Alumni Vote - September 2007


Memories Still Fresh From Freshman Year

It may have been last year—or it may have been 50 years ago—but UW alumni still cherish memories of their freshman experience. About 60 alumni responded to the September Columns Vote asking what was their “most memorable” experience in their first year at the UW.

For many alumni, it was “friends, football and faculty” that they remembered the best. Others said the size of the campus made a lasting first impression. Then there were some who wrote about how they met their future spouse that memorable year.

What follows is a selection of responses.

• My most memorable experience was just the size of the campus. … I was late to my very first class at the UW because of being lost. But it did not take me long to learn my way around. What a beautiful campus!

• I remember the free doughnuts and coffee in Red Square at 8 a.m. on my first day of class at UW. And listening to the bells at Denny Hall as I went to class.

• The most memorable experience for me was UW football games as a student, standing in the student section, learning the “other” version of the UW fight song. Tearing up our free programs and throwing the shards of confetti-like paper after every touchdown. And the chills I got when I heard “HELLO DAWG FANS” followed by the booming air raid siren for the first time as a frosh. … Little did I know the girl I went to the game with is now the girl I plan on marrying.

• Living in the dorms and meeting my (now) husband across the hall. It was the most fun I’ve had in my life.

• Having to type letter- and grammar-perfect term papers on an IBM Selectric and not make any mistakes—or use Liquid Paper—because one of the teachers threatened an F if we did have errors.

• Being in a Freshman Interest Group was the memory that I remember most. I am still friends with some of the people I met there. Looking back, I think of it as a very valuable experience to integrate me into the UW community.

• I headed up to the fourth floor of Haggett and knocked on my assigned dorm room door. I didn’t really expect anybody to answer so imagine my shock when the door opened and there stood a 6-foot-tall blonde female. The only thing I remember saying was, “So, you must be my new roommate.” This girl ended up being one of the original punk rockers on the Ave. She had a real presence about her. She dressed like a punk rocker back when that was anything but the norm. She was also a highly talented athlete, swimming for the UW all four years. We had a lot of fun together and I treasure her friendship to this day.

• My biggest thrill was being invited to chat after classes with my political science professor, Fouad Ajami. When I showed up a couple days later, the sofa in his office was already a place filled with fellow students. He unselfishly shared opinions and listened to us. For a small town Bremerton-boy like myself this was eye-opening! He is now famous among Middle Eastern scholars and I couldn’t be happier.

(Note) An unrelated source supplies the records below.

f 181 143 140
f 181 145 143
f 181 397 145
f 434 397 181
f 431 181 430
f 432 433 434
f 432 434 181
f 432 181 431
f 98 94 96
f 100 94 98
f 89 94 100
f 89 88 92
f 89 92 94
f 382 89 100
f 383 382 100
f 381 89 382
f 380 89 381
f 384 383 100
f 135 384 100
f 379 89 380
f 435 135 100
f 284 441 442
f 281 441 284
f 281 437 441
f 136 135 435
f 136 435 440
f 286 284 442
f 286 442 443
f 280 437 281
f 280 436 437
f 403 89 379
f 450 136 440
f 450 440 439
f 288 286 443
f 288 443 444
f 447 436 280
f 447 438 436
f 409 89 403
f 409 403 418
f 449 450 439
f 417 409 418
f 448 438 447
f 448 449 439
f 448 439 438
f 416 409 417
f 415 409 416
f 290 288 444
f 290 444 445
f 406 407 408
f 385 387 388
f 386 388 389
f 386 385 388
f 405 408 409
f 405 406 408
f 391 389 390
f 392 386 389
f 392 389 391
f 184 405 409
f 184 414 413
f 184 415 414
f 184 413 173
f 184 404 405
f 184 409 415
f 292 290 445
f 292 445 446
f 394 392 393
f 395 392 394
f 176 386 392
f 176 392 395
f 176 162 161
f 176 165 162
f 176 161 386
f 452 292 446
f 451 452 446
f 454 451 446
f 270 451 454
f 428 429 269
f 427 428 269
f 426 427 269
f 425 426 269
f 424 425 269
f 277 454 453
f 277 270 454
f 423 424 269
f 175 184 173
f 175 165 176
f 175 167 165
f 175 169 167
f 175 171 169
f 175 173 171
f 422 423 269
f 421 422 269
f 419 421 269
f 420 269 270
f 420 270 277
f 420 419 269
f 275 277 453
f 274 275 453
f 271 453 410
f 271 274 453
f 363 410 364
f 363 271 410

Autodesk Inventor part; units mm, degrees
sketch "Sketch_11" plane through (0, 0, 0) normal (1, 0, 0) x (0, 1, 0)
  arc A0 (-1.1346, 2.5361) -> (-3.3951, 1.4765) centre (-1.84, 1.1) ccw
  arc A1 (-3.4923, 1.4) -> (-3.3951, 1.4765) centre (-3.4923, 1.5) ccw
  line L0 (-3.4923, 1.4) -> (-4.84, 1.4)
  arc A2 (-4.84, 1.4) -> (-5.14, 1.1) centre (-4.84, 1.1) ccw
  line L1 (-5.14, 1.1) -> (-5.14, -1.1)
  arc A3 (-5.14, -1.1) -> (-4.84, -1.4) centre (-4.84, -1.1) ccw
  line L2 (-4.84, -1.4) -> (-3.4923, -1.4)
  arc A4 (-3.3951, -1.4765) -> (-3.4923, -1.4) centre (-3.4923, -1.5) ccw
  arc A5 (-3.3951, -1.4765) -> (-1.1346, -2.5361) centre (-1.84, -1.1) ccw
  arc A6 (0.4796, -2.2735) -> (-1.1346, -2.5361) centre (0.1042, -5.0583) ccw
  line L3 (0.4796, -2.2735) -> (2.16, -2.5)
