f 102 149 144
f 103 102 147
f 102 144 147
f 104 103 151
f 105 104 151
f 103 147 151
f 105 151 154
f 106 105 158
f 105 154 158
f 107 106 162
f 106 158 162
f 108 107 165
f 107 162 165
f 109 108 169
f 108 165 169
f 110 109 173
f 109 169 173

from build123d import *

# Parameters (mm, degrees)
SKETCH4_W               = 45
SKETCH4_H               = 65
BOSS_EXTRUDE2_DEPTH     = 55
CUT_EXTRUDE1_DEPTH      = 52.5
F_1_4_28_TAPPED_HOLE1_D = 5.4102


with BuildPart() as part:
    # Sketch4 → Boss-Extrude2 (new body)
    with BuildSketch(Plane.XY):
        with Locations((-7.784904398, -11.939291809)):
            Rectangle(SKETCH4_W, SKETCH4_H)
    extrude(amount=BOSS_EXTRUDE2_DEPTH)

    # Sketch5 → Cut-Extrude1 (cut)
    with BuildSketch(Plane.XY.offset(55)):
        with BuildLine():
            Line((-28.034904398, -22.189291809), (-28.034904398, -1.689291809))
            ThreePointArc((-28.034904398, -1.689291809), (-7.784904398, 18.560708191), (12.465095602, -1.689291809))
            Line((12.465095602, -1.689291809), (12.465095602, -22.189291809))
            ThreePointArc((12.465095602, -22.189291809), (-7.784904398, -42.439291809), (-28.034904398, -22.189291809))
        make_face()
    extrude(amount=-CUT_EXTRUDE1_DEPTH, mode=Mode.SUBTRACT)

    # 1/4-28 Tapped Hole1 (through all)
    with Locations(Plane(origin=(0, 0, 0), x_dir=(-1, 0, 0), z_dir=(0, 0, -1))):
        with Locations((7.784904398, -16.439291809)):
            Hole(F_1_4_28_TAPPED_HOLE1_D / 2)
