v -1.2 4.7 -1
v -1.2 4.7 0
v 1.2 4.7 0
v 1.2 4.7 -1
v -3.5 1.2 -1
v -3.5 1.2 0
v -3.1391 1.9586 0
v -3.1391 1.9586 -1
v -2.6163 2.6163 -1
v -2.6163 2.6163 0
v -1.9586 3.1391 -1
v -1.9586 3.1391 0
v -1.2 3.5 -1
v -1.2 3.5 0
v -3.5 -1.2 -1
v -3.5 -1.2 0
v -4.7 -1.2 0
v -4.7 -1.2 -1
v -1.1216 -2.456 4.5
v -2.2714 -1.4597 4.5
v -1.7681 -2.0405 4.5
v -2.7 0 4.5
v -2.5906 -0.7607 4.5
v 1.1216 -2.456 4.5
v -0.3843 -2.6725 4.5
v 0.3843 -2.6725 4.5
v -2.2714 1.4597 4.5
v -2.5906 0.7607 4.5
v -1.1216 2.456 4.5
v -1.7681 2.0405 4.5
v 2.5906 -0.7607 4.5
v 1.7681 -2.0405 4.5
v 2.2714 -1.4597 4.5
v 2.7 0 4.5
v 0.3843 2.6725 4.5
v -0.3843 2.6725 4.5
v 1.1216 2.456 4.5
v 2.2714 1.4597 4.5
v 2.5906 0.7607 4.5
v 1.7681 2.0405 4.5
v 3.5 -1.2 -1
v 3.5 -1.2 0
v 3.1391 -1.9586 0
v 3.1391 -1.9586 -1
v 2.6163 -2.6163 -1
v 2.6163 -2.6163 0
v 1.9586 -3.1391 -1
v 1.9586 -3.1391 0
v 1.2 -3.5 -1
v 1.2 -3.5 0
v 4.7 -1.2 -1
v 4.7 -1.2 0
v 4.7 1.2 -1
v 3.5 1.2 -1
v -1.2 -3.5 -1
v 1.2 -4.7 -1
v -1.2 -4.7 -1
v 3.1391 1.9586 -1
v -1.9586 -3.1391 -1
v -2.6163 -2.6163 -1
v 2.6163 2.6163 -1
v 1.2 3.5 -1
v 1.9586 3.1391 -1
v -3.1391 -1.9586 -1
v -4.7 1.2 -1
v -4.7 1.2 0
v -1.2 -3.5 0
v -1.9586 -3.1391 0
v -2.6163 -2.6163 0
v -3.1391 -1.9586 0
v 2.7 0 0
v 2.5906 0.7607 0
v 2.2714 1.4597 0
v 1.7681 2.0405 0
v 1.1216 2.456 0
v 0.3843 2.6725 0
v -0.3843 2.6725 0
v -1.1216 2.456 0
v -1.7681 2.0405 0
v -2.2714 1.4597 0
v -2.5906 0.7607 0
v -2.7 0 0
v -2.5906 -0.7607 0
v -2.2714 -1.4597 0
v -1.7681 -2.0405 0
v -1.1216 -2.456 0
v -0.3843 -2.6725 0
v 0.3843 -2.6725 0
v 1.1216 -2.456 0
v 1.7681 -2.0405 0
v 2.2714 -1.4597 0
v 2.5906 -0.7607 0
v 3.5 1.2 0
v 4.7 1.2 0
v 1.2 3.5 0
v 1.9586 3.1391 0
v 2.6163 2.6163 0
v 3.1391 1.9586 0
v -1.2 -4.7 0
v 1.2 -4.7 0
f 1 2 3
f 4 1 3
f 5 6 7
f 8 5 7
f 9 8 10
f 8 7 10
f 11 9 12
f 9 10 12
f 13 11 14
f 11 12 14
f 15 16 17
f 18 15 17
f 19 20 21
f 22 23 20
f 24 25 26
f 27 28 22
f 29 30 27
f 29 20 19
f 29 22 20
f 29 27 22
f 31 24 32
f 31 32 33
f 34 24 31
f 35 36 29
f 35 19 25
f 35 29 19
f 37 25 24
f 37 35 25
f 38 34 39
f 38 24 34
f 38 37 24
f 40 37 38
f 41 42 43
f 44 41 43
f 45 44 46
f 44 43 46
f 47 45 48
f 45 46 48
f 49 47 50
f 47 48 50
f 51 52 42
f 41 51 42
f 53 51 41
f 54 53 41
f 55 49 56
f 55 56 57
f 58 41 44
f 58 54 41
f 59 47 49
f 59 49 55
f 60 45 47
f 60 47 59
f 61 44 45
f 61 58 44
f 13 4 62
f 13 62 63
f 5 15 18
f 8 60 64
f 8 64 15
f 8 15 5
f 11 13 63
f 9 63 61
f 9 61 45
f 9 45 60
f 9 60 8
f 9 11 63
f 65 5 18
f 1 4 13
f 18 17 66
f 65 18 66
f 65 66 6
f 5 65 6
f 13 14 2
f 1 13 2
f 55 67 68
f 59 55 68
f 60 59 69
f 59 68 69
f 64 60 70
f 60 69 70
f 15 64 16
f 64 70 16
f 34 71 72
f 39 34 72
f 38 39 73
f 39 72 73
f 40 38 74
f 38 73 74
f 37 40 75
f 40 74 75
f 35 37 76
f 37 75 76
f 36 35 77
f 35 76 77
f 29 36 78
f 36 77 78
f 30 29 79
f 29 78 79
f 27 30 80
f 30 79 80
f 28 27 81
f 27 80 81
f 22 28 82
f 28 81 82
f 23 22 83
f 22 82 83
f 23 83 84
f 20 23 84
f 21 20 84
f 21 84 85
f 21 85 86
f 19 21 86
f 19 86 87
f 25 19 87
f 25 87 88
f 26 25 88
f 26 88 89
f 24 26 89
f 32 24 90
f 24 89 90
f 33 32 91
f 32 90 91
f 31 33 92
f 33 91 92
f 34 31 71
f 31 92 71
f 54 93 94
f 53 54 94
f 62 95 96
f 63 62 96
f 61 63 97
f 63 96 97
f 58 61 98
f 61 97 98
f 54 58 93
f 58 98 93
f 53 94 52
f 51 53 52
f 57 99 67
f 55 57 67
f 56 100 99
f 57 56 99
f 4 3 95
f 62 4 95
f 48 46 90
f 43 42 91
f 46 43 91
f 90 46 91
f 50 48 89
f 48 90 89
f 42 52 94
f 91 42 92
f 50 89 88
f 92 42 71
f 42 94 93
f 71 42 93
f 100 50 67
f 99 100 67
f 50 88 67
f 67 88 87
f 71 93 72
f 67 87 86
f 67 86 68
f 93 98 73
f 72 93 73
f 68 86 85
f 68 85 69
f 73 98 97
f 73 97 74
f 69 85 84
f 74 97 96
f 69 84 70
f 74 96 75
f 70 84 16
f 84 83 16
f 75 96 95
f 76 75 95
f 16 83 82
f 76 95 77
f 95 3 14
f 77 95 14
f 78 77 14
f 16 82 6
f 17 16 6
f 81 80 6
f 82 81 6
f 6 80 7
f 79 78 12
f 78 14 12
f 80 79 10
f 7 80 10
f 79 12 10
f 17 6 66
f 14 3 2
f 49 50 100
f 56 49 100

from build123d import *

# Parameters (mm, degrees)
SKETCH1_R           = 2.7
BOSS_EXTRUDE1_DEPTH = 4.5
BOSS_EXTRUDE2_DEPTH = 1


with BuildPart() as part:
    # Sketch1 → Boss-Extrude1 (new body)
    with BuildSketch(Plane.XY):
        Circle(SKETCH1_R)
    extrude(amount=BOSS_EXTRUDE1_DEPTH)

    # Sketch2 → Boss-Extrude2 (add)
    with BuildSketch(Plane(origin=(0, 0, 0), x_dir=(-1, 0, 0), z_dir=(0, 0, -1))):
        with BuildLine():
            Line((-3.5, 1.2), (-4.7, 1.2))
            Line((-4.7, 1.2), (-4.7, -1.2))
            Line((-4.7, -1.2), (-3.5, -1.2))
            ThreePointArc((-3.5, -1.2), (-2.61629509, -2.61629509), (-1.2, -3.5))
            Line((-1.2, -3.5), (-1.2, -4.7))
            Line((-1.2, -4.7), (1.2, -4.7))
            Line((1.2, -4.7), (1.2, -3.5))
            ThreePointArc((1.2, -3.5), (2.61629509, -2.61629509), (3.5, -1.2))
            Line((3.5, -1.2), (4.7, -1.2))
            Line((4.7, -1.2), (4.7, 1.2))
            Line((4.7, 1.2), (3.5, 1.2))
            ThreePointArc((3.5, 1.2), (2.61629509, 2.61629509), (1.2, 3.5))
            Line((1.2, 3.5), (1.2, 4.7))
            Line((1.2, 4.7), (-1.2, 4.7))
            Line((-1.2, 4.7), (-1.2, 3.5))
            ThreePointArc((-1.2, 3.5), (-2.61629509, 2.61629509), (-3.5, 1.2))
        make_face()
    extrude(amount=BOSS_EXTRUDE2_DEPTH)


solid = part.part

• It was during the era of Vietnam War protests. When I arrived on campus that first week, I found that students were barricading the entire campus! Students were standing with their arms linked, forming a living circle around the perimeter of the campus. I was so naive—I didn’t know what to do and how I was supposed to get to my first classes. Of course, the protesting students allowed me through and I did find my way to my classes. But it was a scary and turbulent time.

• There was a general campus strike in protest of the Vietnam War and, when a student demonstration on South Campus turned unruly, the Seattle Police Department broke up the assembly and drove students off campus and along N.E. 40th Street. Some of the students tried to elude the police by entering the lobby of Lander Hall. We dormies were fearful that the police would invade the dormitory following the demonstrators. It was a very tense moment, and one that made me think deeply about our precious civil liberties.